Introduction: Pitch is important for perception of speech. It is an imperative acoustic cue for differentiating gender, age, emotion and culture, etc. In certain languages, pitch also changes the linguistic meaning of the word. Mandarin, Cantonese, Thai, etc. (tonal languages) are few such languages where the pitch contour varies the meaning of the word. Researchers reported that language tone and pitch contour influence the pitch perception, but the results were inconclusive. The role of linguistic meaning was also sparsely investigated in the context of pitch perception. Thus, the present study was designed to assess the influence of language tone, linguistic meaning, and pitch contour on the perception of pitch. Methods: Fifty adult Mandarin and Kannada speaking individuals were selected, and their pitch perception abilities were measured using a 15-step categorical perception paradigm. The stimuli were Mandarin meaningful and nonmeaningful syllables varying in their pitch contour from rising to falling fundamental frequency in one set and falling to rising fundamental frequency in another set of continuum. Results: Univariate ANOVA was used to compare the effect of language background, linguistic meaning, and pitch contour on the perception of pitch. Results indicate no significant effect of linguistic background (P > 0.05) and linguistic meaning (P > 0.05), but the mean values were significantly different across pitch contour (P = 0.001). Conclusion: The language tone and linguistic meaning have no significant influence on the pitch perception, but the categorical boundary was wider for Kannada language participants and for nonmeaningful stimuli. Pitch contour significantly affects the perception of pitch. There are differential perceptual processes which are dependent on the native languages.

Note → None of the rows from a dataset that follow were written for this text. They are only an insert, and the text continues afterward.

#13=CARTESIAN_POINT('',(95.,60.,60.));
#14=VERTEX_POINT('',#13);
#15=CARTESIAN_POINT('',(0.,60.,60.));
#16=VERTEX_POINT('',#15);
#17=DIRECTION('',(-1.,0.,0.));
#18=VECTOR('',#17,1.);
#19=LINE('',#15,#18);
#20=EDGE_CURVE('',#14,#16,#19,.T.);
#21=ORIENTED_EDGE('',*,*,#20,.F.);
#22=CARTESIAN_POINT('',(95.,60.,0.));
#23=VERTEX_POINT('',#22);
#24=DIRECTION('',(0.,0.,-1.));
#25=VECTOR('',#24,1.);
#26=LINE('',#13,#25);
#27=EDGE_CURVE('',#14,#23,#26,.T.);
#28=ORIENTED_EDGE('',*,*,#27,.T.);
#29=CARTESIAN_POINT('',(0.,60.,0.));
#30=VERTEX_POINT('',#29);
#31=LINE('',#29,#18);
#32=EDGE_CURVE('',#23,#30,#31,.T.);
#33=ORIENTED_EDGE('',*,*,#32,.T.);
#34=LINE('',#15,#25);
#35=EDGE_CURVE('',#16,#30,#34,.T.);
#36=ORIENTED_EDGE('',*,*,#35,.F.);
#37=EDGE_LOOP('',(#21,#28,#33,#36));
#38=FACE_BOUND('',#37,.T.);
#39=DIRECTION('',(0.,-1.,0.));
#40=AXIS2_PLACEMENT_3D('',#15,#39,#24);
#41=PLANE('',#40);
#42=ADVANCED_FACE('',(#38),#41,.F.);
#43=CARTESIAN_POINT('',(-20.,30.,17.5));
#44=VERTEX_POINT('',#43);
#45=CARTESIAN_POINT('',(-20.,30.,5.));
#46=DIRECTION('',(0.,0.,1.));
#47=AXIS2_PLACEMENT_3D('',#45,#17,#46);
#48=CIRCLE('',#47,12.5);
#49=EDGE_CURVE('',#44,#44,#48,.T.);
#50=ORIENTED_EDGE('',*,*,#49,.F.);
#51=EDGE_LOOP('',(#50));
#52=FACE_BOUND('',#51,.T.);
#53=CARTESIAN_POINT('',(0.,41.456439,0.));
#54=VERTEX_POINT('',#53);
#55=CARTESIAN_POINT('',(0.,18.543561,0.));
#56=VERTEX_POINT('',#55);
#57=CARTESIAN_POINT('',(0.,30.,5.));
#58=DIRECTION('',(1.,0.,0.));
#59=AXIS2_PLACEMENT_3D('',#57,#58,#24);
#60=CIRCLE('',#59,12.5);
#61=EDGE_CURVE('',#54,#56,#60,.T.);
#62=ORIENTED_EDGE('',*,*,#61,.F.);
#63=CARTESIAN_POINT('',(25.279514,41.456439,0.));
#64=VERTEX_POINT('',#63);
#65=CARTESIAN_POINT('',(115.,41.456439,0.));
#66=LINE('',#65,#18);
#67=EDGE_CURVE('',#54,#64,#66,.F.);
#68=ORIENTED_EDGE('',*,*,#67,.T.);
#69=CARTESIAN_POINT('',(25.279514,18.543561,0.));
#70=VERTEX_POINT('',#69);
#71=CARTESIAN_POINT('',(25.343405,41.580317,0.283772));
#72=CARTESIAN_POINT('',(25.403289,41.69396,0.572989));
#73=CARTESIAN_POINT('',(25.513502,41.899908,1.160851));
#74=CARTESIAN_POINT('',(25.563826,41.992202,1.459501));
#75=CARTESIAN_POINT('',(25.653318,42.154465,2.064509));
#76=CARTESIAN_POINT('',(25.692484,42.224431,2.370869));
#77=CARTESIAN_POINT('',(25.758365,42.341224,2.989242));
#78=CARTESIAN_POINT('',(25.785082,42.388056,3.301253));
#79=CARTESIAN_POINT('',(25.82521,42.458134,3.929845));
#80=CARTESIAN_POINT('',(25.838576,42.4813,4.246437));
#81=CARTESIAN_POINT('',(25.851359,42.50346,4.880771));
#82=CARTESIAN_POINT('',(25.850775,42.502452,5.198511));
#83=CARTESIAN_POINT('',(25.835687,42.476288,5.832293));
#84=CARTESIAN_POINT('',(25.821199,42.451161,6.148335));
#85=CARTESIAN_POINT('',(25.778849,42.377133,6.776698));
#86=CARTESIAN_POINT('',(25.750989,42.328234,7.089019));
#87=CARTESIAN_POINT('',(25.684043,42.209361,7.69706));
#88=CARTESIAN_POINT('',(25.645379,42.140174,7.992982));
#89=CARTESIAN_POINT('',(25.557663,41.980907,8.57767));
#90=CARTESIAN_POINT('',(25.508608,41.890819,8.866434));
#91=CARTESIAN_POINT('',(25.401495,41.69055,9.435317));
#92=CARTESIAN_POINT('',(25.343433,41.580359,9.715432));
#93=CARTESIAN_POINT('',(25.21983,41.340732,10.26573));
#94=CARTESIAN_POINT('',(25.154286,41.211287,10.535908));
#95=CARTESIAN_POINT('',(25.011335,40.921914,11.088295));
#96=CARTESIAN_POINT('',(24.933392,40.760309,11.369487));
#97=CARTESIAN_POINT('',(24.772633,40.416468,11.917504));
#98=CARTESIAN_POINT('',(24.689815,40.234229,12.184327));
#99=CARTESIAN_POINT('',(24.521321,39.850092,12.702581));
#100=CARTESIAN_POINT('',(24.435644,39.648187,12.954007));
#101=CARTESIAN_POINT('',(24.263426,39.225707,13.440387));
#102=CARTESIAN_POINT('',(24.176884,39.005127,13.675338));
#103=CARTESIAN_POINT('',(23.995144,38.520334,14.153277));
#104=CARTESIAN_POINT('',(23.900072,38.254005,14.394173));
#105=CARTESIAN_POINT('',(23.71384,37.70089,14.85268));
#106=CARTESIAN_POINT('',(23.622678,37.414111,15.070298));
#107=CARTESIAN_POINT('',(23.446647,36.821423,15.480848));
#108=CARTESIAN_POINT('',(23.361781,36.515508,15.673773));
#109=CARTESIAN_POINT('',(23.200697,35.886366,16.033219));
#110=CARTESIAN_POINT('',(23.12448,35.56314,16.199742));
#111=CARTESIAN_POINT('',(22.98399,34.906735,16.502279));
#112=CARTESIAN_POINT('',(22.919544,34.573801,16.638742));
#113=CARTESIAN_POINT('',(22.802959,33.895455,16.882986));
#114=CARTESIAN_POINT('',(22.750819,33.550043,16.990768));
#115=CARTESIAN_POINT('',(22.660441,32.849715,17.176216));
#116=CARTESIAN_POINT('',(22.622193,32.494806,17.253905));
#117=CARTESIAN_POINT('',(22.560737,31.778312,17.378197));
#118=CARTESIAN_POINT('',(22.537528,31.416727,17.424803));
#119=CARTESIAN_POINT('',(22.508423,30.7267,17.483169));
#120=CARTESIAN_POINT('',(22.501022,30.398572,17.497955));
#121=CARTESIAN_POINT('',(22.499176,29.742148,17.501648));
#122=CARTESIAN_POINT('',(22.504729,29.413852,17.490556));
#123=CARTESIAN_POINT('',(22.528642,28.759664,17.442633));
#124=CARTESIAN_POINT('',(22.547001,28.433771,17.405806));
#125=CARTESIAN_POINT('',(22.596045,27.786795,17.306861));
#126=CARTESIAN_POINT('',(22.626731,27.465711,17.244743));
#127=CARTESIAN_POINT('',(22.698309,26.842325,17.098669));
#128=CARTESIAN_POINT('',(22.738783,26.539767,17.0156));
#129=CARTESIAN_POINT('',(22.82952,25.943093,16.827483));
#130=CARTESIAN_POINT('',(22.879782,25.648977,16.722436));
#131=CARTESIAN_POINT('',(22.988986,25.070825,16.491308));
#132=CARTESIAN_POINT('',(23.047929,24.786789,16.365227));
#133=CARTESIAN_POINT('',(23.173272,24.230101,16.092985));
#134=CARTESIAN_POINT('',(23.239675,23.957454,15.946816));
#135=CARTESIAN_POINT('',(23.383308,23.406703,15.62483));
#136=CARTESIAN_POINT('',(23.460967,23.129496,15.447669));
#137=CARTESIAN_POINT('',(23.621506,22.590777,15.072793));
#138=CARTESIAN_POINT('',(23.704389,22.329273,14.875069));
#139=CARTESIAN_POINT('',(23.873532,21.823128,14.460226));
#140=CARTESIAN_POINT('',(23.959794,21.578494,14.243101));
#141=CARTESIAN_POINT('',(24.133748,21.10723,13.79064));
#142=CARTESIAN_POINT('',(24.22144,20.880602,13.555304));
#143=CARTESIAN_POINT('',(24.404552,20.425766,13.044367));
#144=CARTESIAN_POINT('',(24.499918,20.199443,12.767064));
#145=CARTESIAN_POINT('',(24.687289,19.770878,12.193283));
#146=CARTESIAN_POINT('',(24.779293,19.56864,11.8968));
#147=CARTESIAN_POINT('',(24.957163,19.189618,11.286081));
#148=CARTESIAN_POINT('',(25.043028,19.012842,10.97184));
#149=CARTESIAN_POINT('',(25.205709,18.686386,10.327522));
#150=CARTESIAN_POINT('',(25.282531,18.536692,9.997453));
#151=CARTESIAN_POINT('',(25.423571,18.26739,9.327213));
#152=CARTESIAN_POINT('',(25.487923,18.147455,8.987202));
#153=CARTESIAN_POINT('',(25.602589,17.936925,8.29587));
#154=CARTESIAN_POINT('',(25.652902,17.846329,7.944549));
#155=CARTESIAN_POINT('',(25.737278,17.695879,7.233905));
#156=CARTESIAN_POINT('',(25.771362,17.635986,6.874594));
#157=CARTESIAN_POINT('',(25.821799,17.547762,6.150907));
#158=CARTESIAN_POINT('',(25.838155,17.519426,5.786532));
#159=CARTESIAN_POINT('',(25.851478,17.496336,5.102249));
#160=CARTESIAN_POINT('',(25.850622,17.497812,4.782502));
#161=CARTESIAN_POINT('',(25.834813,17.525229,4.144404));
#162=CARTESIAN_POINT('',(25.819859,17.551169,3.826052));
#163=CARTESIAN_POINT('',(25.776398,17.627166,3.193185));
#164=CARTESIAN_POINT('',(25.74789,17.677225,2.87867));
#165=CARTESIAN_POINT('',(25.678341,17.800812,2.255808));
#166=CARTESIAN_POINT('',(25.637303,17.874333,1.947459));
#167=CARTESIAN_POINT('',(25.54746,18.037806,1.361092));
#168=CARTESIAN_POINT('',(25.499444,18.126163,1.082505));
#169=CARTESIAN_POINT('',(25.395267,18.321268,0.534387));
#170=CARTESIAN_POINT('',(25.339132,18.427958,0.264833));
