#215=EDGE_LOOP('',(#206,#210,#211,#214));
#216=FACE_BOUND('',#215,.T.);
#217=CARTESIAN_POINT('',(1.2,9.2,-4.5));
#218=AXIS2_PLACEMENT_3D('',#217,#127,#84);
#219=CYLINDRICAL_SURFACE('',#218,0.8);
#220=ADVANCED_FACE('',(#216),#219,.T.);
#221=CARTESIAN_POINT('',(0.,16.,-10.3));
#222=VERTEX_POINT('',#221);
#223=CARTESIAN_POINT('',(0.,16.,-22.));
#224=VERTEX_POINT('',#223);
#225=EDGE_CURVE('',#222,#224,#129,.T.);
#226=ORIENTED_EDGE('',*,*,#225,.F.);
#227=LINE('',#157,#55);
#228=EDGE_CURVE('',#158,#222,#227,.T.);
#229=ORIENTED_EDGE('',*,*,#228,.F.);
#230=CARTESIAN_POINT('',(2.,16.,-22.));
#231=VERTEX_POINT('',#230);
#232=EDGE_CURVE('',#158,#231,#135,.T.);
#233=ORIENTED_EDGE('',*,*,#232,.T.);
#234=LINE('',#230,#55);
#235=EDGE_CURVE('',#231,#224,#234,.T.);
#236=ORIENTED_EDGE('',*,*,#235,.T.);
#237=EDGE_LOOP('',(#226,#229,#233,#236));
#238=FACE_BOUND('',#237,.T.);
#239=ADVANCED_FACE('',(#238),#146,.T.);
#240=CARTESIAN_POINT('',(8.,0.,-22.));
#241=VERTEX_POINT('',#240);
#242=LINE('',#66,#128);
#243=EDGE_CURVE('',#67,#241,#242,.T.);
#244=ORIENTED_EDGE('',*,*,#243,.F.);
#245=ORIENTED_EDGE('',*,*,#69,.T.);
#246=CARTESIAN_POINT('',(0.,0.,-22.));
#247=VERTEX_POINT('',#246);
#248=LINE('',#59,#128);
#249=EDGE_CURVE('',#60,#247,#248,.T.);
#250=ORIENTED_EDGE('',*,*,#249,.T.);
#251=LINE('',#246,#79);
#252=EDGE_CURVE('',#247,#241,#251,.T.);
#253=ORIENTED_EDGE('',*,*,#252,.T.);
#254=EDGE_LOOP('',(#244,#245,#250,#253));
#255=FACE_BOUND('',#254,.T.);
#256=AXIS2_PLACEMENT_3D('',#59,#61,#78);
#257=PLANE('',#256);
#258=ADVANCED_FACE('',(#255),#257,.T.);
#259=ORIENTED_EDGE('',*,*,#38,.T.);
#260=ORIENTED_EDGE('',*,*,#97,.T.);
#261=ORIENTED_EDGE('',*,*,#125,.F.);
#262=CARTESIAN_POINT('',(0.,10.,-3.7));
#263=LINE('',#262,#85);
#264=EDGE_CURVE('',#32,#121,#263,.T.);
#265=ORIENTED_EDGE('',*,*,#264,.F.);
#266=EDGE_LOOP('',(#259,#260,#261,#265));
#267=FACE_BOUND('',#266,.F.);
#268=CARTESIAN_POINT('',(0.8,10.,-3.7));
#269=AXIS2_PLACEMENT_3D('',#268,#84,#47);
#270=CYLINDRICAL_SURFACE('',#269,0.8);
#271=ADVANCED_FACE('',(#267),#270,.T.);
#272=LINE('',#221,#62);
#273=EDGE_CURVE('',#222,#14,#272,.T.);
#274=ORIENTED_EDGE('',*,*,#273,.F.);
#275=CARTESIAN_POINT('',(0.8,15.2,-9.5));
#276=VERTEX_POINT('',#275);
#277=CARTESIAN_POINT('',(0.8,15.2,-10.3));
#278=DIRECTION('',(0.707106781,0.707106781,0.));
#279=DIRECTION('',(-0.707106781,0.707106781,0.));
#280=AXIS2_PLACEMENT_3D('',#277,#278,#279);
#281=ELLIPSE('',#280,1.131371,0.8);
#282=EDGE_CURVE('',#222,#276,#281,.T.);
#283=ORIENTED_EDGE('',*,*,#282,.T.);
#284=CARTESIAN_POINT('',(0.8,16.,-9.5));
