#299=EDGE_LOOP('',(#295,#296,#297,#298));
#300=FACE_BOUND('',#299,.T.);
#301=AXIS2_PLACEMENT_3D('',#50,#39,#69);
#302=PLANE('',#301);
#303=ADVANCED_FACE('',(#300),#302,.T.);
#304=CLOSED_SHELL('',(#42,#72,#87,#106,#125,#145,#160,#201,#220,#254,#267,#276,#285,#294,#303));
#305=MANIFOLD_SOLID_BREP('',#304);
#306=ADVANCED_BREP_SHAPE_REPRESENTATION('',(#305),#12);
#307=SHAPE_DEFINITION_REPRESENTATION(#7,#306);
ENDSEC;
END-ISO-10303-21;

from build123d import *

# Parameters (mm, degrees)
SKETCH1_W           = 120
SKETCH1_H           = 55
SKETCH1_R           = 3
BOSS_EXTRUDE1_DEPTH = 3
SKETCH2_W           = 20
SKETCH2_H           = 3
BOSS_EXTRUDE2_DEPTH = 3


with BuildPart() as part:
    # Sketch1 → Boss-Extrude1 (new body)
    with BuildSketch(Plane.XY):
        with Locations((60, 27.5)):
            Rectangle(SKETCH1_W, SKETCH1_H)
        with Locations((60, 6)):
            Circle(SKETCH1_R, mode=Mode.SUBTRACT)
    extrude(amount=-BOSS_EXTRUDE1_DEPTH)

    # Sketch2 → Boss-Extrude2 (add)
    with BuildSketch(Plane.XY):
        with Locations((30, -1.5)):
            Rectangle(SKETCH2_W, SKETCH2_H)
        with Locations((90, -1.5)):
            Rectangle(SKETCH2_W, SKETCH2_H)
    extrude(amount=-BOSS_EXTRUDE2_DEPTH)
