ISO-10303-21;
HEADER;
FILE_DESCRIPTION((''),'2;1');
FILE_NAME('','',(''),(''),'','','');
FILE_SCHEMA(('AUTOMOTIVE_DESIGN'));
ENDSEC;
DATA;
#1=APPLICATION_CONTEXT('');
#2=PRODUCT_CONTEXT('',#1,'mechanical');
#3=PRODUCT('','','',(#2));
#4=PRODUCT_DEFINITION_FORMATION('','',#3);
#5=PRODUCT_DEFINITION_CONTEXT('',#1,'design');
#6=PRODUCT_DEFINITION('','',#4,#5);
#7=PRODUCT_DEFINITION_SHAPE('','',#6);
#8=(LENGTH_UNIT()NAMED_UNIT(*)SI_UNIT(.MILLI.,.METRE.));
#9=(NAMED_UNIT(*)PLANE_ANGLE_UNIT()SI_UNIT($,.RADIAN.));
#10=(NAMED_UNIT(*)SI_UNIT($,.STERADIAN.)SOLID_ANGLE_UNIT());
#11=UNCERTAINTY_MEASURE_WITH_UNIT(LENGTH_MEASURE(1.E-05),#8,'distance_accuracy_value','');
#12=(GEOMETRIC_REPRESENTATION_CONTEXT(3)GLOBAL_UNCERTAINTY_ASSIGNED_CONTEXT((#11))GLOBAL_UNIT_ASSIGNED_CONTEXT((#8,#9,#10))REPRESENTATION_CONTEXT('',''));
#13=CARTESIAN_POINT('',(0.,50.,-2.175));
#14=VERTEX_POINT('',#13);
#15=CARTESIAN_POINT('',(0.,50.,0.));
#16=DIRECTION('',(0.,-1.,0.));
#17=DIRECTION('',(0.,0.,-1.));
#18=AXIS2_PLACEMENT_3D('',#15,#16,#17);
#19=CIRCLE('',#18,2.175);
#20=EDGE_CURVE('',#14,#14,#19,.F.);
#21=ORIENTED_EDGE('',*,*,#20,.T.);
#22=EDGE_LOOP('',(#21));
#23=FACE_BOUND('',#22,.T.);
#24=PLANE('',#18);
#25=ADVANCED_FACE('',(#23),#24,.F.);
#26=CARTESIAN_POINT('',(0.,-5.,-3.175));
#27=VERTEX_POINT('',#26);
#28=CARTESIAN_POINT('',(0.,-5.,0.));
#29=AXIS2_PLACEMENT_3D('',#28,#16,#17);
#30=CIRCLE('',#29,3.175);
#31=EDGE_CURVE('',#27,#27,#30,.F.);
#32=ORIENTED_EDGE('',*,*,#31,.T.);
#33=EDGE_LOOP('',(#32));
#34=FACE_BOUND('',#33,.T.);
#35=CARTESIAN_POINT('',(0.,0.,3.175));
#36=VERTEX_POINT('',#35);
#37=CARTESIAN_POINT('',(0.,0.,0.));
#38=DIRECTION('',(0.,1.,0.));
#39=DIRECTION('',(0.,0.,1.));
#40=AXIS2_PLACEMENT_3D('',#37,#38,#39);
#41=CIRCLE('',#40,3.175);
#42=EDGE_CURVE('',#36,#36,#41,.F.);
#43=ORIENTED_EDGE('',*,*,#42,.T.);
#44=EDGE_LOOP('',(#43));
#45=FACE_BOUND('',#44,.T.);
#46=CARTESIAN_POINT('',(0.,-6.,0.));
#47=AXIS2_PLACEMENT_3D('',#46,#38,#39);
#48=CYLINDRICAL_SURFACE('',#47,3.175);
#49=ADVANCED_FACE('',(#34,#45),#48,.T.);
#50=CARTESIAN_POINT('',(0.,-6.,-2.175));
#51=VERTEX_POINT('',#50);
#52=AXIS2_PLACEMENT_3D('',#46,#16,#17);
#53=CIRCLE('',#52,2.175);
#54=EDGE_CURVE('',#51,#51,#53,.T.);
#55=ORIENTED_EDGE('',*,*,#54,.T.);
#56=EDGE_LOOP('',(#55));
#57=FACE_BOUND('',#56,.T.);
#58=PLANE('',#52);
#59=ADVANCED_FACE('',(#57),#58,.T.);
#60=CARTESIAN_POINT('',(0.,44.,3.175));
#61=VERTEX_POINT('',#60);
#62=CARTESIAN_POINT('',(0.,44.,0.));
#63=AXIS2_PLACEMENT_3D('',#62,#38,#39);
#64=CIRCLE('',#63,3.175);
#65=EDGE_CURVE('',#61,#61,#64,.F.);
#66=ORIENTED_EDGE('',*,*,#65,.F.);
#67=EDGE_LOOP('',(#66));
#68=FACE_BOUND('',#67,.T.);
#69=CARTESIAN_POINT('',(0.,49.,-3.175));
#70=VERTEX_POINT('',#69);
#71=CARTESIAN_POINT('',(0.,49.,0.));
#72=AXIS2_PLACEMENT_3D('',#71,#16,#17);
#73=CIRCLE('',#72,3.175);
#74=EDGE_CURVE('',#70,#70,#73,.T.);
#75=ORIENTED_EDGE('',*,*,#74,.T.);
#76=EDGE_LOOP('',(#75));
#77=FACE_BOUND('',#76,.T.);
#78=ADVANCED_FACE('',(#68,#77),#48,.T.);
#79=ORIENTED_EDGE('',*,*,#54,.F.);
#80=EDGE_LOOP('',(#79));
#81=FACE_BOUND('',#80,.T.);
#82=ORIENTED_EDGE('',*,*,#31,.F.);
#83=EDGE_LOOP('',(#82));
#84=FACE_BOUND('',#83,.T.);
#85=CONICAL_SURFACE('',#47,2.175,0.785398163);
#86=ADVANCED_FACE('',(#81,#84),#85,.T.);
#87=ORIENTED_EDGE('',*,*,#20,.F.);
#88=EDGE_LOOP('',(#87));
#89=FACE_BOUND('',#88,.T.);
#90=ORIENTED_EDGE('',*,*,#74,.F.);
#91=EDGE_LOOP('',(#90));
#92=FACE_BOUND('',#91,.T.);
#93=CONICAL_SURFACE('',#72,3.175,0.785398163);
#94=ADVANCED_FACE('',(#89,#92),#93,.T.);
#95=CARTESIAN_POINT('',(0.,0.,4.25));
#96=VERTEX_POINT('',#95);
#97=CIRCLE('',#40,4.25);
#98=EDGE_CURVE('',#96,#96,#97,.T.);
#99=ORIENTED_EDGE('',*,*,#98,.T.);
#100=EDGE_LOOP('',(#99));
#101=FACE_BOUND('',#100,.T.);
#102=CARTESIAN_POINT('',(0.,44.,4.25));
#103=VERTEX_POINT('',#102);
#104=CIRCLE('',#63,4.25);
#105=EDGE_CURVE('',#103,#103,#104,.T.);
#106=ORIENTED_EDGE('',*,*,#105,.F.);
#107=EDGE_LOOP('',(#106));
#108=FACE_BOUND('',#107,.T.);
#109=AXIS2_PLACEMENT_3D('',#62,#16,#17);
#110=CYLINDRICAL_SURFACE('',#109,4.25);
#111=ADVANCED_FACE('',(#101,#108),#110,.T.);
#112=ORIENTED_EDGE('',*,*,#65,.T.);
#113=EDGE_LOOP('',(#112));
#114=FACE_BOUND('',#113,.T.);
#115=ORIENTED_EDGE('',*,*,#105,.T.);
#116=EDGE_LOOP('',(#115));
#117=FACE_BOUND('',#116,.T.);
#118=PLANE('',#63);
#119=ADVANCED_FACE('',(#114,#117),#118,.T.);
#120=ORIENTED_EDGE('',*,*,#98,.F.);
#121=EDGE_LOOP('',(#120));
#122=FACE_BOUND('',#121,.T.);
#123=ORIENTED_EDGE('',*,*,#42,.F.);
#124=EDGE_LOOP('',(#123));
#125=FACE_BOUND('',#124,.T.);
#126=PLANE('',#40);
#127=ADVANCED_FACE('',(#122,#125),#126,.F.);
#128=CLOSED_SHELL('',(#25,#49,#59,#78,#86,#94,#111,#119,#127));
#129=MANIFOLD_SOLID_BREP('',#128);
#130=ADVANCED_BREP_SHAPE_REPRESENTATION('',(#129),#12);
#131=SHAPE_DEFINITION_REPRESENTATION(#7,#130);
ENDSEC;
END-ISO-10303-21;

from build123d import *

# Parameters (mm, degrees)
ESBO_O1_R                     = 4.25
RESSALTO_EXTRUS_O1_DEPTH      = 44
RESSALTO_EXTRUS_O2_DEPTH      = 6
RESSALTO_EXTRUS_O2_DEPTH_BACK = 50
ESBO_O2_R                     = 3.175
CHANFRO1_SIZE                 = 1
CHANFRO2_SIZE                 = 1


with BuildPart() as part:
    # Esboço1 → Ressalto-extrusão1 (new body)
    with BuildSketch(Plane(origin=(0, 0, 0), x_dir=(1, 0, 0), z_dir=(0, 1, 0))):
        with Locations(Location((0, 0, 0), (0, 0, 270))):
            Circle(ESBO_O1_R)
    extrude(amount=RESSALTO_EXTRUS_O1_DEPTH)

    # Esboço2 → Ressalto-extrusão2 (add, two sides: drawn at the far end of the back side and taken through both)
    with BuildSketch(Plane(origin=(0, 0, 0), x_dir=(-1, 0, 0), z_dir=(0, -1, 0)).offset(-RESSALTO_EXTRUS_O2_DEPTH_BACK)):
        with Locations(Location((0, 0, 0), (0, 0, 270))):
            Circle(ESBO_O2_R)
    extrude(amount=RESSALTO_EXTRUS_O2_DEPTH + RESSALTO_EXTRUS_O2_DEPTH_BACK)

    # Chanfro1
    chanfro1_edges = [part.edges().sort_by_distance(p)[0] for p in [
        (0, -6, -3.175),
    ]]
    chamfer(chanfro1_edges, length=CHANFRO1_SIZE)

    # Chanfro2
    chanfro2_edges = [part.edges().sort_by_distance(p)[0] for p in [
        (0, 50, -3.175),
    ]]
    chamfer(chanfro2_edges, length=CHANFRO2_SIZE)


solid = part.part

Keywords: Acoustics, linguistic diversity, psychoacoustics, speech perception, tonal language


How to cite this article:
Jain S, Ajay A, Kumaraswamy S. Categorical perception of pitch: Influence of language tone, linguistic meaning, and pitch contour. J Indian Speech Language Hearing Assoc 2017;31:66-71

How to cite this URL:
Jain S, Ajay A, Kumaraswamy S. Categorical perception of pitch: Influence of language tone, linguistic meaning, and pitch contour. J Indian Speech Language Hearing Assoc [serial online] 2017 [cited 2018 Jun 18];31:66-71. Available from: http://www.jisha.org/text.asp?2017/31/2/66/220996


  Introduction Top


Pitch is the psychological correlate of the fundamental frequency and is important for speech perception.[1] The quality of the sound is dependent on the highness or lowness of tone pitch along with other acoustic cues. It is a major cue for the identification of suprasegmental aspects of speech;[2] helpful in gender identification;[3],[4] age identification;[5],[6] emotional arousal;[7] cultural variations;[8] and sociocultural aspects.[9] The change in pitch does not vary the meaning of spoken words or sentences in most of the Indo-European languages such as English, Hindi, and Sanskrit, but in Sino-Tibetan languages such as Mandarin, Cantonese, and Thai, the change in the pitch contours changes the meaning of the words. Such languages where the meaning of the words is dependent on the pitch contour within a syllable are known as tonal languages.

Perception of pitch is a topic of scientific enquiry. The contour tone of pitch is perceived categorically.[10] The categorical perception indicates that the gradually morphed stimulus is perceived as discrete identities in the auditory system. Thus, the pitch perception is categorical when the continuum involves the change in the direction of the pitch contour.[11] In the last decade, a surge of interest has been developed to assess the pitch contour contrasts of tonal languages.[11],[12],[13],[14] Mandarin Chinese is one such tonal language involving contour tones which is perceived categorically. Researchers reported strong evidences of categorical perception for pitch contrasts in Mandarin,[11] Thai,[15] and Cantonese listeners.[16] Xi et al.[13] have found that categorical perception of lexical tones in Mandarin Chinese is perceived categorically.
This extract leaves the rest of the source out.